友人が言及していたアプリは、「命を蘇らせる」ことができるアプリで、ウェブ上の全てのデータをくまなく検索し、そこでの発言内容などを基に正確に私たちの話し方を再現できるというものでした。アッシュはソーシャルネットワーク中毒だったのでデータも豊富にあり、彼を死から「救い出す」には最適な人物だったのです。情報が多ければ多いほど、その人物の言葉を再現する正確性も上がります。
“アッシュ”とチャットをし始めたマーサは、生前と変わらない”彼”の話しぶりに驚きます。そしてアプリはチャットから一歩進み、彼の声を聞かせることもできる、とマーサに伝えます。こうして2人は電話で話すようになりました。
愛する人の死はどんな人にとっても辛いものです。受け入れるのが非常に困難なため、専門家のサポートが必要な場合もあります。マーサは彼の死を拒絶しますが、その拒絶の最中にアッシュを取り戻すことができるかもしれない、という可能性が湧き上がったのです。このため、その可能性に賭けることを決めた彼女は非常に危険な負のスパイラルにはまっていくことになりました。
『ブラックミラー』で描かれる深い悲しみ
悲しみを乗り越えるのは、時間のかかる、そして痛みを伴う誰にとっても非常に困難な過程です。しかしもちろん、喪失をできる限り最善の形で克服するためには、この悲しみと向き合い全てのプロセスを乗り越えなければなりません。 愛する人の死を受け入れることは、彼らを忘れることとは違います。彼らは私たちの思い出の中で生き続けることができますが、私たちは未来へ目を向けて前に進むためにその死を受け入れなければならないのです。
しかしマーサは別れを言わなくても済むチャンスを手にし、アッシュを通話という形で死から取り戻しました。心が弱っているときにその機会を受け入れてしまったのです。この様子を画面上で観るだけなら落ち着いていられますが、もし私たちも愛する人との別れを先延ばしにできる機会を与えられたら、ほとんどの人が同じように受け入れてしまうだろうと思います。

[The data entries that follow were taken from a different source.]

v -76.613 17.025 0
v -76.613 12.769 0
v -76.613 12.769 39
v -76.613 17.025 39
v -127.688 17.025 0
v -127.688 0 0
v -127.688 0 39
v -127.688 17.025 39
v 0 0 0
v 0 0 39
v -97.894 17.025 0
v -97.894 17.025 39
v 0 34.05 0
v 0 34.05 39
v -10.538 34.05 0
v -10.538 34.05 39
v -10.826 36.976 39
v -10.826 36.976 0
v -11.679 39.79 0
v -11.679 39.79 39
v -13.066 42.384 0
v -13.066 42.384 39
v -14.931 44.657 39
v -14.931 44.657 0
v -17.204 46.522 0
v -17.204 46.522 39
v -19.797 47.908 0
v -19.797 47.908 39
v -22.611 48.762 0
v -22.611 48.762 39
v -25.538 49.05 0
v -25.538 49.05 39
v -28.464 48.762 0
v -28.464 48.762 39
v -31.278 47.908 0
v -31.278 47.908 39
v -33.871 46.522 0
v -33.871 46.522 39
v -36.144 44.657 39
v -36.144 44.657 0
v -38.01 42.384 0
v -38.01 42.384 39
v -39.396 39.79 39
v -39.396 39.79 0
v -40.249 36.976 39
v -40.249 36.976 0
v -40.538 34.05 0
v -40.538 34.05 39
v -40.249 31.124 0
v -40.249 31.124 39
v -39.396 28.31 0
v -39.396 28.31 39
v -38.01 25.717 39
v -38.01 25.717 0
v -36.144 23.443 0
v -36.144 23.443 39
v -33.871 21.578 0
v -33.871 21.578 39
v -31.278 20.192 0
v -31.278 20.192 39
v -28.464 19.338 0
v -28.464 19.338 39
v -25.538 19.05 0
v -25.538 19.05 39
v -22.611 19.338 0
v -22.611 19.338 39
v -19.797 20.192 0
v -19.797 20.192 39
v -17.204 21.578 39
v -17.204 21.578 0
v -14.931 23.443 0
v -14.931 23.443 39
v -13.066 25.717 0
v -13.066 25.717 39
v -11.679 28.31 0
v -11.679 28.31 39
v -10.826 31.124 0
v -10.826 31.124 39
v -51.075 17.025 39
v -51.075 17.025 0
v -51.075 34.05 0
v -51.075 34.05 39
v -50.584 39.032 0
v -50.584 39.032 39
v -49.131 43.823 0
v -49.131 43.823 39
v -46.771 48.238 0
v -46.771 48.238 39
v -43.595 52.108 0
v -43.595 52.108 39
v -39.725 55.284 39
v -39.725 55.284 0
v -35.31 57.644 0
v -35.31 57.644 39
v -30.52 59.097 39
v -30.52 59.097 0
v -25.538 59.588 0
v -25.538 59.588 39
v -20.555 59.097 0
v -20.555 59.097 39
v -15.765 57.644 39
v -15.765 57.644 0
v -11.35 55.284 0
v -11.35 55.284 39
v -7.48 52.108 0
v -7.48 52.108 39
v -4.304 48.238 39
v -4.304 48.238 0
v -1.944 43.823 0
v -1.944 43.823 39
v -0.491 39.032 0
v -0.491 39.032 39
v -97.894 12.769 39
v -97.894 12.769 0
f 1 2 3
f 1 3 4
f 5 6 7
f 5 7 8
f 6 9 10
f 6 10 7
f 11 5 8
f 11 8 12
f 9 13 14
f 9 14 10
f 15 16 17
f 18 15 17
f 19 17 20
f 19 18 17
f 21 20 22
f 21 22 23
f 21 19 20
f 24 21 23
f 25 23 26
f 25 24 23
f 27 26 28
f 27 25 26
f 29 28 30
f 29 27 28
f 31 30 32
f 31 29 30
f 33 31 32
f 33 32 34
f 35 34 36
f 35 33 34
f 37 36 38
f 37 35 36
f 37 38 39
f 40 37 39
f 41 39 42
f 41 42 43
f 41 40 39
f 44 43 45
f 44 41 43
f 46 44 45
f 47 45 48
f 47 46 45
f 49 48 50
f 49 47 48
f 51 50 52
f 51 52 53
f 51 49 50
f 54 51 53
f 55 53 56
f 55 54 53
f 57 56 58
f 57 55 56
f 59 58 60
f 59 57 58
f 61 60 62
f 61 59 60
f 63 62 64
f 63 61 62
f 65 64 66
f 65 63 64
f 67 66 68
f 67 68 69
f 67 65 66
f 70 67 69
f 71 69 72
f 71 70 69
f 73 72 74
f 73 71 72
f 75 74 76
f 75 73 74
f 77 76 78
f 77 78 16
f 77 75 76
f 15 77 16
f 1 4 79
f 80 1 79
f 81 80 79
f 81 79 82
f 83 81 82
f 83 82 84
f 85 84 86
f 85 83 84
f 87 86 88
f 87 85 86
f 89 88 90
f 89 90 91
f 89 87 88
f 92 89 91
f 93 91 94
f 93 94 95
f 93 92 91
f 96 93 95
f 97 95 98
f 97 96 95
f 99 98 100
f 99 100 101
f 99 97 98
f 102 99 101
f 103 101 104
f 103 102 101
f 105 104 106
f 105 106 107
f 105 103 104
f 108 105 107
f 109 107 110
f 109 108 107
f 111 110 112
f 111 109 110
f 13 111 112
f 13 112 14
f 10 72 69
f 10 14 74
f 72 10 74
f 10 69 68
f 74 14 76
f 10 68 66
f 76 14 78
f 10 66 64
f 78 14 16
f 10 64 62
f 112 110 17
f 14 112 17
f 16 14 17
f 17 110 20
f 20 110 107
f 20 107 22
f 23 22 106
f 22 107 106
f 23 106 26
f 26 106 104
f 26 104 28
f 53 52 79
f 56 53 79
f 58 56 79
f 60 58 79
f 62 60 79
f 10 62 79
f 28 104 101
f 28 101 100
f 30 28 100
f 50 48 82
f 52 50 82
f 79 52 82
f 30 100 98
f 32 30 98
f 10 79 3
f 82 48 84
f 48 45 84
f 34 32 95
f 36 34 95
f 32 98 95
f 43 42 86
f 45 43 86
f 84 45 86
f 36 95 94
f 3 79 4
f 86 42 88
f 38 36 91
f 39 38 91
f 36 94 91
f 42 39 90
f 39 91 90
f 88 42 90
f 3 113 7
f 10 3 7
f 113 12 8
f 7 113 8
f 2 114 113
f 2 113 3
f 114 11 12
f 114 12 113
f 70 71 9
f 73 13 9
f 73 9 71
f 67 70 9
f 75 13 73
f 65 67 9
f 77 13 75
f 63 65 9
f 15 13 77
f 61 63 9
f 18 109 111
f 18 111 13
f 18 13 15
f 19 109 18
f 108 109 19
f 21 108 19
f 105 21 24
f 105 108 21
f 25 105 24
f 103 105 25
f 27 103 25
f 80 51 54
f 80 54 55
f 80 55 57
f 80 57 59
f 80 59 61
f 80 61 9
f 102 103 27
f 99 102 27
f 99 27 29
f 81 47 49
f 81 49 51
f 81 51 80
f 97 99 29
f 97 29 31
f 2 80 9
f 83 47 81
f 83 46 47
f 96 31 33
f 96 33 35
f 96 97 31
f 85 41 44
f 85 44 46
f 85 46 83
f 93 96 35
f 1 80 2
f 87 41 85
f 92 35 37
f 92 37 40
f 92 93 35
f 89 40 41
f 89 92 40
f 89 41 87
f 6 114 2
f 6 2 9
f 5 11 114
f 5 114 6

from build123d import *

# Parameters (mm, degrees)
SKETCH2_R           = 15
BOSS_EXTRUDE1_DEPTH = 39


with BuildPart() as part:
    # Sketch2 → Boss-Extrude1 (new body)
    with BuildSketch(Plane.XY):
        with BuildLine():
            Line((0, 0), (-127.68773646, 0))
            Line((-127.68773646, 0), (-127.68773646, 17.025031528))
            Line((-127.68773646, 17.025031528), (-97.893931286, 17.025031528))
            Line((-97.893931286, 17.025031528), (-97.893931286, 12.768773646))
            Line((-97.893931286, 12.768773646), (-76.612641876, 12.768773646))
            Line((-76.612641876, 12.768773646), (-76.612641876, 17.025031528))
            Line((-76.612641876, 17.025031528), (-51.075094584, 17.025031528))
            Line((-51.075094584, 17.025031528), (-51.075094584, 34.050063056))
            ThreePointArc((-51.075094584, 34.050063056), (-25.537547292, 59.587610348), (0, 34.050063056))
            Line((0, 34.050063056), (0, 0))
        make_face()
        with Locations((-25.537547292, 34.050063056)):
            Circle(SKETCH2_R, mode=Mode.SUBTRACT)
    extrude(amount=BOSS_EXTRUDE1_DEPTH)


solid = part.part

マーサは自身を外の世界から切り離し、姉と会う約束をしていたことさえ忘れてしまいます。そしてアッシュと話すのに使っていた携帯電話を誤って壊してしまった時に、マーサが不安発作に苦しむという重要なシーンが描かれます。この時彼女は彼を失ってしまったような、アッシュが自分の前から再び去ってしまったような感覚に襲われたのです。アプリが、通話以上のサービスを提案してきたのはその時でした…。
“死者の命は生きている者の記憶の中にある”
–キケロ–
次のステップ
この次のステップとは、アッシュの外見をしたサイボーグのような人形の購入です。この人形はアッシュそっくりに話し、結果的に正確なクローンとなっていきます。それでも所詮はロボットに過ぎません。何の感情も持たないこのアッシュにマーサはうんざりし始めます。初めは素晴らしいアイディアに思えましたが、次第に彼女は拒絶を示し始めたのです。
ドラマの中でマーサは妊娠しますが、彼女がこれを知るのはアッシュの死後です。この事実は、アッシュを失ったという事実を受け入れるのをますます困難にします。妊娠がわかったことで彼の死を否定する気持ちのようなものが生まれ、この瞬間をアッシュと共有できないせいでマーサはとてつもない悲しみを味わうのです。
そしてついにマーサはアッシュのコピーに対処しきれなくなり、喪失と向き合わねばならないのだという現実を認識し始めます。アッシュはもう旅立ってしまい、戻ってくることなどないのです。マーサは人形を屋根裏にしまうことを決意しました。アッシュの母親が愛する人々の写真をそうしたのと同じように。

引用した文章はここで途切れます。